Give the next 5 terms for each arithmetic sequence. 1. a = 6, d = 3 2. a = 58, d = -7 3. a = 5, d = -2
Answer (1)
To find the next 5 terms of an arithmetic sequence, you need to know the first term a and the common difference d . The formula to find the n -th term of an arithmetic sequence is given by:
T n = a + ( n − 1 ) d
Let's solve each of the given sequences step-by-step:
First Sequence : a = 6 , d = 3
The first term T 1 = 6
Second term T 2 = 6 + 3 = 9
Third term T 3 = 9 + 3 = 12
Fourth term T 4 = 12 + 3 = 15
Fifth term T 5 = 15 + 3 = 18
Sixth term T 6 = 18 + 3 = 21
Thus, the next five terms are: 9, 12, 15, 18, 21.

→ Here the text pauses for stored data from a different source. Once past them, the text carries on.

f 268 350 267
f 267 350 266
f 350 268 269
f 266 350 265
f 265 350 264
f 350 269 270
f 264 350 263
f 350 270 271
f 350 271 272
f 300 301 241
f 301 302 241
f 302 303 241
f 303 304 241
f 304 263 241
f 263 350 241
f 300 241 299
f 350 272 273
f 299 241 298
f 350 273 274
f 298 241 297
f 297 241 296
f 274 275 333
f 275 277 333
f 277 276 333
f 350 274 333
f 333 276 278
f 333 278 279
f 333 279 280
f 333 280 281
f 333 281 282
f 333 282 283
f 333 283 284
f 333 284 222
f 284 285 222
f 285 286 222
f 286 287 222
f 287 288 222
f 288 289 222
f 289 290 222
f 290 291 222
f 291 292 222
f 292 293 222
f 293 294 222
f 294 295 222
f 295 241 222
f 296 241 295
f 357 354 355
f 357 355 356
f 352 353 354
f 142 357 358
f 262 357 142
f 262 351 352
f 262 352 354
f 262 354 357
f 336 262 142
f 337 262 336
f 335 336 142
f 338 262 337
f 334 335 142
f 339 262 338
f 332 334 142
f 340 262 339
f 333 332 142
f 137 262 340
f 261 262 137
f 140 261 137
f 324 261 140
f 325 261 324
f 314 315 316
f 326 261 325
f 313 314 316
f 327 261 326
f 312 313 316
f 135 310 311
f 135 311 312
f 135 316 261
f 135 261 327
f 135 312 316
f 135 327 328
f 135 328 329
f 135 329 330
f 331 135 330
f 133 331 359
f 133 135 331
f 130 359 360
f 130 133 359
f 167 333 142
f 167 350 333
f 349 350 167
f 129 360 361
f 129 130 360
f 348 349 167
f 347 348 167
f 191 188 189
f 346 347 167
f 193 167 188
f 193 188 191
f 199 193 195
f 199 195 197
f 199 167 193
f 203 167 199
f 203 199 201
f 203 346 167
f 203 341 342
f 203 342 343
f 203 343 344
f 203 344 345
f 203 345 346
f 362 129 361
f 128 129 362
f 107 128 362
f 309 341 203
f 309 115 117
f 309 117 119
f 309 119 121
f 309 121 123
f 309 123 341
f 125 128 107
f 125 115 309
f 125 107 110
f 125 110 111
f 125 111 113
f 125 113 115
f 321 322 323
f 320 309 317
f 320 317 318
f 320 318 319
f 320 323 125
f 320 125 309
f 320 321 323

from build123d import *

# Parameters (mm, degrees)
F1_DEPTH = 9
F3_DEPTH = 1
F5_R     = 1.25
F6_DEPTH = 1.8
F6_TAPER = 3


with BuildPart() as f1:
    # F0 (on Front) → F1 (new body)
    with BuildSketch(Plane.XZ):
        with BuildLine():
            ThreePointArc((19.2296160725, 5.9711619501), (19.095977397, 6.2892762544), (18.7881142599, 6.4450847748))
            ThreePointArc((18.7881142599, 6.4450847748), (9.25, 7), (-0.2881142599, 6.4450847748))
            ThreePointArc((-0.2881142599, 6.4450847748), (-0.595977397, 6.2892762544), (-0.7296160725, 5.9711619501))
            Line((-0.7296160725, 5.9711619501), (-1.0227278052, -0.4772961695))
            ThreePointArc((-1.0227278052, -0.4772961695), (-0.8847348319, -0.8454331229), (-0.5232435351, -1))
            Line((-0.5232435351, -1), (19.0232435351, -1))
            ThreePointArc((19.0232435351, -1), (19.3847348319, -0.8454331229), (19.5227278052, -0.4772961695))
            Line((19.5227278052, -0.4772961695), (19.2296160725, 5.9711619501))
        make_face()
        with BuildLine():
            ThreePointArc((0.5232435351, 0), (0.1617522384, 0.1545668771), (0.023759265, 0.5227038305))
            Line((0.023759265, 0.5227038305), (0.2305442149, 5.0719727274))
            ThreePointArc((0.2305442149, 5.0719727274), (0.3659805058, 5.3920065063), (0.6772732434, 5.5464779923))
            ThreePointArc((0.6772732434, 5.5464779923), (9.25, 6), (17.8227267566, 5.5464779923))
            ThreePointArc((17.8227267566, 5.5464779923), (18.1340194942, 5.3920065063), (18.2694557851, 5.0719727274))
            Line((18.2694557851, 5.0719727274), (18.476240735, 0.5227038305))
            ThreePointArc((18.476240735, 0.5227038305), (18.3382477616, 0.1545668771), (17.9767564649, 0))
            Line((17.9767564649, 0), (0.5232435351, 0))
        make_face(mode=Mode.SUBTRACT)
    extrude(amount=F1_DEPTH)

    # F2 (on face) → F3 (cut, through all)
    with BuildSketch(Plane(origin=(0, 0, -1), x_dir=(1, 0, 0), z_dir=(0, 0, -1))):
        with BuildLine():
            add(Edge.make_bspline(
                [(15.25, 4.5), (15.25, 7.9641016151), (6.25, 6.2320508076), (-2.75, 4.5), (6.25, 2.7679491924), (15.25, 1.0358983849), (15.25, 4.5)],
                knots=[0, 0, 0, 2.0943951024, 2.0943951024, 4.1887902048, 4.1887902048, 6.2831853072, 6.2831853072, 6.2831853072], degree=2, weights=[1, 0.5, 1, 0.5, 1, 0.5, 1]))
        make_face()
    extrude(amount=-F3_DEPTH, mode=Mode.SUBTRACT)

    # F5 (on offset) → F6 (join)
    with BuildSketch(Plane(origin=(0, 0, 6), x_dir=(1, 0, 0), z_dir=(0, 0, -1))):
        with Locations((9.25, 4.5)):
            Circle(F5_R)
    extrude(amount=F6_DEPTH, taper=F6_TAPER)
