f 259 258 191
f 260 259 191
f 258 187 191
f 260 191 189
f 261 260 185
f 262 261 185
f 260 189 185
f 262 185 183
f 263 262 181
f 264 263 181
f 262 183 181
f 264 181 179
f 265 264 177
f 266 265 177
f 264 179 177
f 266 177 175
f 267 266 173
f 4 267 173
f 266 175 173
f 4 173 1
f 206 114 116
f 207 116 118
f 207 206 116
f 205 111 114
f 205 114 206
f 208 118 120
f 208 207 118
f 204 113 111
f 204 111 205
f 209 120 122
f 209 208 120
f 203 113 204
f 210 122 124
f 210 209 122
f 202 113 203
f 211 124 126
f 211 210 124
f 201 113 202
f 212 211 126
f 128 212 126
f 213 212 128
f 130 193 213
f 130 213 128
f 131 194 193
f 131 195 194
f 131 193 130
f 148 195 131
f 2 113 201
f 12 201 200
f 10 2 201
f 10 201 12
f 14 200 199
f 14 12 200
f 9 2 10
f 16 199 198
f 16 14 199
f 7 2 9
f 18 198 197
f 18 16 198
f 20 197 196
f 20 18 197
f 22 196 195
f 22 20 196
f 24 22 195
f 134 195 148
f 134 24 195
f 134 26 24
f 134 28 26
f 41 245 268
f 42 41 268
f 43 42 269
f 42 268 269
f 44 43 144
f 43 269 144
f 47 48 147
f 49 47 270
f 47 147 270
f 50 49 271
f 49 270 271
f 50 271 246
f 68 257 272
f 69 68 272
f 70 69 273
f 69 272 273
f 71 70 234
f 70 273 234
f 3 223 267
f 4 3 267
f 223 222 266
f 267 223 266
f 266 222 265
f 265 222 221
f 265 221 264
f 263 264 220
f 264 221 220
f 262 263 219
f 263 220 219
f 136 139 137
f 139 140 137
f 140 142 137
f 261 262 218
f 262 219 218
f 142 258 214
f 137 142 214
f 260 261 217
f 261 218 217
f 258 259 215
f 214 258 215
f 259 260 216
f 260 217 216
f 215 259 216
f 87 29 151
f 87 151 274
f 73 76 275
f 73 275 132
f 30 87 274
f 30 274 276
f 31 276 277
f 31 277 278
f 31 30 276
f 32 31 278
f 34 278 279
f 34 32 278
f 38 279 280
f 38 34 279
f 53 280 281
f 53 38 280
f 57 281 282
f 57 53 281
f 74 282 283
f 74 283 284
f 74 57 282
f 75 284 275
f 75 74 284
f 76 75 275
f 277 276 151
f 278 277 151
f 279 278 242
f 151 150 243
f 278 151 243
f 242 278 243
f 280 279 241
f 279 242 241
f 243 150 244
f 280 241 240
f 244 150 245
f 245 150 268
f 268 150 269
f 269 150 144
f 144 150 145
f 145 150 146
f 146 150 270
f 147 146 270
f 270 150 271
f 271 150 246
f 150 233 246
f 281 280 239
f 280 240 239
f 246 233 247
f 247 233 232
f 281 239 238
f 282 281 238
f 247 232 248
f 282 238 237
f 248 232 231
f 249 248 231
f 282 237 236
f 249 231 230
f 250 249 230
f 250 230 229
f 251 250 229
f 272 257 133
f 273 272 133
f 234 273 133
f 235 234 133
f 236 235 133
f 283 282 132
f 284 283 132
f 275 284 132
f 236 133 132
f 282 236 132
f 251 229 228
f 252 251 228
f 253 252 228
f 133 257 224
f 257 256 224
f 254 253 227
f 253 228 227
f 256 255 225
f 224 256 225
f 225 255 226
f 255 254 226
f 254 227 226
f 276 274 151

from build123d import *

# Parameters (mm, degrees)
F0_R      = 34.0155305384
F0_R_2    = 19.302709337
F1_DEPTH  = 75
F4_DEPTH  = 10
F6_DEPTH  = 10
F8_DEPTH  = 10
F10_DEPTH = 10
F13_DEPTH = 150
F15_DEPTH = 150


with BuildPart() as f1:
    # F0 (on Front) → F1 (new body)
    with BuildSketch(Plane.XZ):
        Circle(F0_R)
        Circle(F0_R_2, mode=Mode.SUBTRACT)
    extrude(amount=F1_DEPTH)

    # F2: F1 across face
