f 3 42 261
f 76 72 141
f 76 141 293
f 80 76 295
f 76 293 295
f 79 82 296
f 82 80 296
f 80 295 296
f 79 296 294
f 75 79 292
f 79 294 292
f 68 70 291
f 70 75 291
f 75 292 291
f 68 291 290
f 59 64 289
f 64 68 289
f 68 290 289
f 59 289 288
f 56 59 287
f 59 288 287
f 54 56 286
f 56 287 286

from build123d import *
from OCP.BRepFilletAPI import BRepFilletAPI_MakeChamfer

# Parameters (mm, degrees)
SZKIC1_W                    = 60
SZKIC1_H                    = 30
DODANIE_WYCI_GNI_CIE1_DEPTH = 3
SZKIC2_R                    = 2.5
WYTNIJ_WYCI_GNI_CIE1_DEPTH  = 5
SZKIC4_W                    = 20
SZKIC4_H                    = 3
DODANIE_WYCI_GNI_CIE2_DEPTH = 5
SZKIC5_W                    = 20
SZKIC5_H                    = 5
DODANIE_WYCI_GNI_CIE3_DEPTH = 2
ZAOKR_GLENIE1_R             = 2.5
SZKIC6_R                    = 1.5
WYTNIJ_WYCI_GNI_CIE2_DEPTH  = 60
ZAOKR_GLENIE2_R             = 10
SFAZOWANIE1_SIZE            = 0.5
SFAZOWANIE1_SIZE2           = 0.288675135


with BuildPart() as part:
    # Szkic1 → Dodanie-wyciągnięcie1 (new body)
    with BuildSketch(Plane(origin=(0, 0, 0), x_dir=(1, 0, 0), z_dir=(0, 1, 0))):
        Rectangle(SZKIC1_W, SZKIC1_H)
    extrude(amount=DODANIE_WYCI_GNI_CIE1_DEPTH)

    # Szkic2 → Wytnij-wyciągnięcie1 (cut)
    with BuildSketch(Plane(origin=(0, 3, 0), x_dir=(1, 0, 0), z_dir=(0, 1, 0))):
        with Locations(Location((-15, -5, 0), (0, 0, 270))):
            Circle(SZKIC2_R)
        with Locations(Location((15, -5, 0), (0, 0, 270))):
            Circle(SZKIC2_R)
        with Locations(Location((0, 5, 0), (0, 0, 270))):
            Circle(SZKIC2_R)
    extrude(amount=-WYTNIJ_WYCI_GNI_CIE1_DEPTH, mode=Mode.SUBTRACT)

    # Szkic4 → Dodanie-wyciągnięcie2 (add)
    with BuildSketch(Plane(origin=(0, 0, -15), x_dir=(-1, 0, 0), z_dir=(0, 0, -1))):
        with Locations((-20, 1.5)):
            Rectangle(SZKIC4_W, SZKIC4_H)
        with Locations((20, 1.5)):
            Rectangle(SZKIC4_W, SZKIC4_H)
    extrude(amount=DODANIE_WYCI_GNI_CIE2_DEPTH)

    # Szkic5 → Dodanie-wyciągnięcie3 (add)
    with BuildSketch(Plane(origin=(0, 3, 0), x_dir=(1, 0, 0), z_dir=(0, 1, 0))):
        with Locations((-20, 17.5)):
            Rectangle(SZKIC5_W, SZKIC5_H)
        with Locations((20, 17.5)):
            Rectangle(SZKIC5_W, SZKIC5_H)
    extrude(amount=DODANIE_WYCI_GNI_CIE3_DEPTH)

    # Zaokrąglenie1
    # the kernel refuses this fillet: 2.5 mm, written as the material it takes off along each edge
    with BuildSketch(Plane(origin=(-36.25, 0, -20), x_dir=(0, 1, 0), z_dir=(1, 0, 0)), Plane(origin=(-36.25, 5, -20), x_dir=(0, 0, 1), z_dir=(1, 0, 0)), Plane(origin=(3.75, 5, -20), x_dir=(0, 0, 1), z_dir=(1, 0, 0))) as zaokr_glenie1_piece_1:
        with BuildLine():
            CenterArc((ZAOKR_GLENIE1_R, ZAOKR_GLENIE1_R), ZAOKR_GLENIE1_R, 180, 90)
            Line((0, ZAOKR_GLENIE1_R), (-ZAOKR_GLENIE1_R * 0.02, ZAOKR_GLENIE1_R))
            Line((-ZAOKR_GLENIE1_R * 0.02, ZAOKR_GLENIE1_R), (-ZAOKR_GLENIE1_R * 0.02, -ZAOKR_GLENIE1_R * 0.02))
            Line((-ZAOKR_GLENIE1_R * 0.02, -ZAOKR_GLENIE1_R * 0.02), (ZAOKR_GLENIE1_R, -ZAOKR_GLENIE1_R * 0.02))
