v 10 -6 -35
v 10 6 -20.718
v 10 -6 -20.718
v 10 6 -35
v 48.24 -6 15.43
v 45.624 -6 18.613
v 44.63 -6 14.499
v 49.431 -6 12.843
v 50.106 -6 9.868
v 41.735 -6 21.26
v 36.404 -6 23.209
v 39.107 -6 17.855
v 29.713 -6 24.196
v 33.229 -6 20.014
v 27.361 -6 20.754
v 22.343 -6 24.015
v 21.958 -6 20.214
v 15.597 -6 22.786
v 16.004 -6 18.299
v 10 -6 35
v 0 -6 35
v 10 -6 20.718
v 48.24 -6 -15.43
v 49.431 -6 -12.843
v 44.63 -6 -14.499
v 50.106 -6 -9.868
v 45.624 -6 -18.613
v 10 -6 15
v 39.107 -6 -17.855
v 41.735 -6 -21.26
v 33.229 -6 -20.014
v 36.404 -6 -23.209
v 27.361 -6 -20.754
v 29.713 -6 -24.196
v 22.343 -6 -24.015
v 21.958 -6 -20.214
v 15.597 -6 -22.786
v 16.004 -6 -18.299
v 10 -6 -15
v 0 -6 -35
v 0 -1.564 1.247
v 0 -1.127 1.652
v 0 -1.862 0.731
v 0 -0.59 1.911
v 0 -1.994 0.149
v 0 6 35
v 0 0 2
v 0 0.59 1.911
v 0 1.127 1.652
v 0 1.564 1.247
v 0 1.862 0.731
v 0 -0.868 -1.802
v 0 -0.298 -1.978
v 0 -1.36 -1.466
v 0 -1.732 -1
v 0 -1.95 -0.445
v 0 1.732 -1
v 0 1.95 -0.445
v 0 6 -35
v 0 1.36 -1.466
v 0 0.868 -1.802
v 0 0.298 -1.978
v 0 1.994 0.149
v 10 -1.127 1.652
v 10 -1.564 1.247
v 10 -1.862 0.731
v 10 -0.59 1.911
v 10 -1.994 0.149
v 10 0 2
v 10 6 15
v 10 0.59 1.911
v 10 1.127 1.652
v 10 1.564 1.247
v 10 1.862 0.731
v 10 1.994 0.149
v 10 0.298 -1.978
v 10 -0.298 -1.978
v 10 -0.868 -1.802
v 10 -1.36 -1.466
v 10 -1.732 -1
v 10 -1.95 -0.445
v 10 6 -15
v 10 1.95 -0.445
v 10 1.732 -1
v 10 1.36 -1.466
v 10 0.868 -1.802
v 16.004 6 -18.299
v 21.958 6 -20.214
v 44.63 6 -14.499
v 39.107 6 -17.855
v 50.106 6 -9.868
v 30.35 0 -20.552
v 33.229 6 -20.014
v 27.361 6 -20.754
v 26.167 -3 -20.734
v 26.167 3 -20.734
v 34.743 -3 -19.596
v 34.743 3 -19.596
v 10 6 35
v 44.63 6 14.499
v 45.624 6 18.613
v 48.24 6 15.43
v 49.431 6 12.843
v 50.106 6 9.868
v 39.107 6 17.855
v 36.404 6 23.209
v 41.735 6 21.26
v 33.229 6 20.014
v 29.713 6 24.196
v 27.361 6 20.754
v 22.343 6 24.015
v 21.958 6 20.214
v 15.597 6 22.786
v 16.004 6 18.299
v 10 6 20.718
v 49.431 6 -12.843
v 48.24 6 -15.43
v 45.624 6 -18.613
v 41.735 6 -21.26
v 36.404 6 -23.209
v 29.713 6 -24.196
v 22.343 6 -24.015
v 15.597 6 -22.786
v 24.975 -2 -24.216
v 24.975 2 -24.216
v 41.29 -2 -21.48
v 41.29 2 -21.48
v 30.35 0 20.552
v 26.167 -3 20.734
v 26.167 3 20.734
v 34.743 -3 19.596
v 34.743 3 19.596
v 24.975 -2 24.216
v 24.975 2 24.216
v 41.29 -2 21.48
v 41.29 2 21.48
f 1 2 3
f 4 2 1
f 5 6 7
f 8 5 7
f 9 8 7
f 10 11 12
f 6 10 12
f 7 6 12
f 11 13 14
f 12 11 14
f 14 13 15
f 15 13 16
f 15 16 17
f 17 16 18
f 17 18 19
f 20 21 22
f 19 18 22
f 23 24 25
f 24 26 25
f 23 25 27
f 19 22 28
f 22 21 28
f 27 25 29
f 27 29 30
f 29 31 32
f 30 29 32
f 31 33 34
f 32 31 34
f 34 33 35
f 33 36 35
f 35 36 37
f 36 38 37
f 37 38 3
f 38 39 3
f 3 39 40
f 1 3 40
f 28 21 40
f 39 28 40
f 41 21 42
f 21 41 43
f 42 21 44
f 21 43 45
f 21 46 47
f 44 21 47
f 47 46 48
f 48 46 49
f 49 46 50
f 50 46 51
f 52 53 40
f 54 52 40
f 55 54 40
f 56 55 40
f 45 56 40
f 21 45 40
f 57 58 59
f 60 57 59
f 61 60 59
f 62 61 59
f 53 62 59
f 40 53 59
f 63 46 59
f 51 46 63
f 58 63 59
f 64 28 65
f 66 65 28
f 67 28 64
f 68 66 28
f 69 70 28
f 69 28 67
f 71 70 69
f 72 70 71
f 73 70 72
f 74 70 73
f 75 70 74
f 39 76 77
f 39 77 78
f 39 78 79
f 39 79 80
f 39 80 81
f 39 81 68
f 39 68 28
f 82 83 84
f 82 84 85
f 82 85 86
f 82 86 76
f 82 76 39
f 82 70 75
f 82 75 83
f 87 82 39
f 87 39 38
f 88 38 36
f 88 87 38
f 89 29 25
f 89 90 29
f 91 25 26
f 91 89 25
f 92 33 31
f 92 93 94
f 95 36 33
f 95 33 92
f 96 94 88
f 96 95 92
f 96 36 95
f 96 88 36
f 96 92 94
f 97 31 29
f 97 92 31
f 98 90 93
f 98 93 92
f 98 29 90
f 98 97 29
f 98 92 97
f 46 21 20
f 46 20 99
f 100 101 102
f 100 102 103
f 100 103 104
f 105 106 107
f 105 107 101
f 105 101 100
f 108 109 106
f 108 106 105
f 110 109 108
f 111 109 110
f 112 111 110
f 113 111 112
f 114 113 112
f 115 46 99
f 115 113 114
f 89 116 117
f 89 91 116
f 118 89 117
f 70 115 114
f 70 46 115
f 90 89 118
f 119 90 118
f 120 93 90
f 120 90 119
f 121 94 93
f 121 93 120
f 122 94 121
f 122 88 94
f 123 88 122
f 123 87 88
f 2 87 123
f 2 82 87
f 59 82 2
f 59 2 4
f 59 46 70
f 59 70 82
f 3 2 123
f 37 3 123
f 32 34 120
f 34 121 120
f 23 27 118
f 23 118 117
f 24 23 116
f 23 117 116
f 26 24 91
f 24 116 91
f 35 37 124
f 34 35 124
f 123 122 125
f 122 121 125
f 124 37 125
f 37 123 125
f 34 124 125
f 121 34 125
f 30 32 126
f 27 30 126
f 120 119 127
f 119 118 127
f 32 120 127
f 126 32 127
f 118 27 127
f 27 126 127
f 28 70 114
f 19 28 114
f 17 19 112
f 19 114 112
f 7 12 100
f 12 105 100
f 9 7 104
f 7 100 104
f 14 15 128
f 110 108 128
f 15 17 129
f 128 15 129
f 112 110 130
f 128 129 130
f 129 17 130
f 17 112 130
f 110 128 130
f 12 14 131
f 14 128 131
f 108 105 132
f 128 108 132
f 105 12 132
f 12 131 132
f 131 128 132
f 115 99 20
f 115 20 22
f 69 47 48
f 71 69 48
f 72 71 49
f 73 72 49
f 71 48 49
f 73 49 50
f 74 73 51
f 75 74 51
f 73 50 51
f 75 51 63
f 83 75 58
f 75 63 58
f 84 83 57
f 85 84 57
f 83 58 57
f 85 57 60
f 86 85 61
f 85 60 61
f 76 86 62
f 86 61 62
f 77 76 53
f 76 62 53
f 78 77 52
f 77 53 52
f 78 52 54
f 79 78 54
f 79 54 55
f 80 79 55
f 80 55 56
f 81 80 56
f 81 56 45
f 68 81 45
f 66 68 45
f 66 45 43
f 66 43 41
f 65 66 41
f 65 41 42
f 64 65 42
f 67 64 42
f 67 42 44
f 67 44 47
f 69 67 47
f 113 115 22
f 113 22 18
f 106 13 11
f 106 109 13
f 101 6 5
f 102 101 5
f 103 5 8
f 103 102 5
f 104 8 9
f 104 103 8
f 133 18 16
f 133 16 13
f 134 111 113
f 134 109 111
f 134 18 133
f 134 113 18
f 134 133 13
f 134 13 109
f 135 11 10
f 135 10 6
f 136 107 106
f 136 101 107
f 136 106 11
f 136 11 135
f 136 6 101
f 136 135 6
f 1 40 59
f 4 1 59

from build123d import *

# Parameters (mm, degrees)
SKETCH1_W           = 70
SKETCH1_H           = 12
BOSS_EXTRUDE1_DEPTH = 10
BOSS_EXTRUDE2_DEPTH = 12
SKETCH3_R           = 2
CUT_EXTRUDE1_DEPTH  = 12


with BuildPart() as part:
    # Sketch1 → Boss-Extrude1 (new body)
    with BuildSketch(Plane(origin=(0, 0, 0), x_dir=(0, 0, -1), z_dir=(1, 0, 0))):
        Rectangle(SKETCH1_W, SKETCH1_H)
    extrude(amount=BOSS_EXTRUDE1_DEPTH)

    # Sketch2 → Boss-Extrude2 (add)
    with BuildSketch(Plane(origin=(0, 6, 0), x_dir=(1, 0, 0), z_dir=(0, 1, 0))):
        with BuildLine():
            add(Edge.make_bspline(
                [(10, -15), (30.647953976, -28.668903478), (50.105658194, -9.868255971)],
                knots=[0, 0, 0, 1, 1, 1], degree=2))
            Line((10, -15), (10, -20.717636889))
            add(Edge.make_bspline(
                [(10, -20.717636889), (21.360270844, -26.451655212), (47.984708218, -26.799299217), (50.105658194, -9.868255971)],
                knots=[0, 0, 0, 0, 1, 1, 1, 1], degree=3))
        make_face()
        with BuildLine():
            Line((10, 20.717636889), (10, 15))
            add(Edge.make_bspline(
                [(10, 15), (30.647953976, 28.668903478), (50.105658194, 9.868255971)],
                knots=[0, 0, 0, 1, 1, 1], degree=2))
            add(Edge.make_bspline(
                [(10, 20.717636889), (21.360270844, 26.451655212), (47.984708218, 26.799299217), (50.105658194, 9.868255971)],
                knots=[0, 0, 0, 0, 1, 1, 1, 1], degree=3))
        make_face()
    extrude(amount=-BOSS_EXTRUDE2_DEPTH)

    # Sketch3 → Cut-Extrude1 (cut)
    with BuildSketch(Plane.ZY):
        Circle(SKETCH3_R)
    extrude(amount=-CUT_EXTRUDE1_DEPTH, mode=Mode.SUBTRACT)


solid = part.part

Second Sequence : a = 58 , d = − 7
The first term T 1 = 58
Second term T 2 = 58 − 7 = 51
Third term T 3 = 51 − 7 = 44
Fourth term T 4 = 44 − 7 = 37
Fifth term T 5 = 37 − 7 = 30
Sixth term T 6 = 30 − 7 = 23
Thus, the next five terms are: 51, 44, 37, 30, 23.
Third Sequence : a = 5 , d = − 2
The first term T 1 = 5
Second term T 2 = 5 − 2 = 3
Third term T 3 = 3 − 2 = 1
Fourth term T 4 = 1 − 2 = − 1
Fifth term T 5 = − 1 − 2 = − 3
Sixth term T 6 = − 3 − 2 = − 5
Thus, the next five terms are: 3, 1, -1, -3, -5.
In each step, we added the common difference d to find the subsequent term.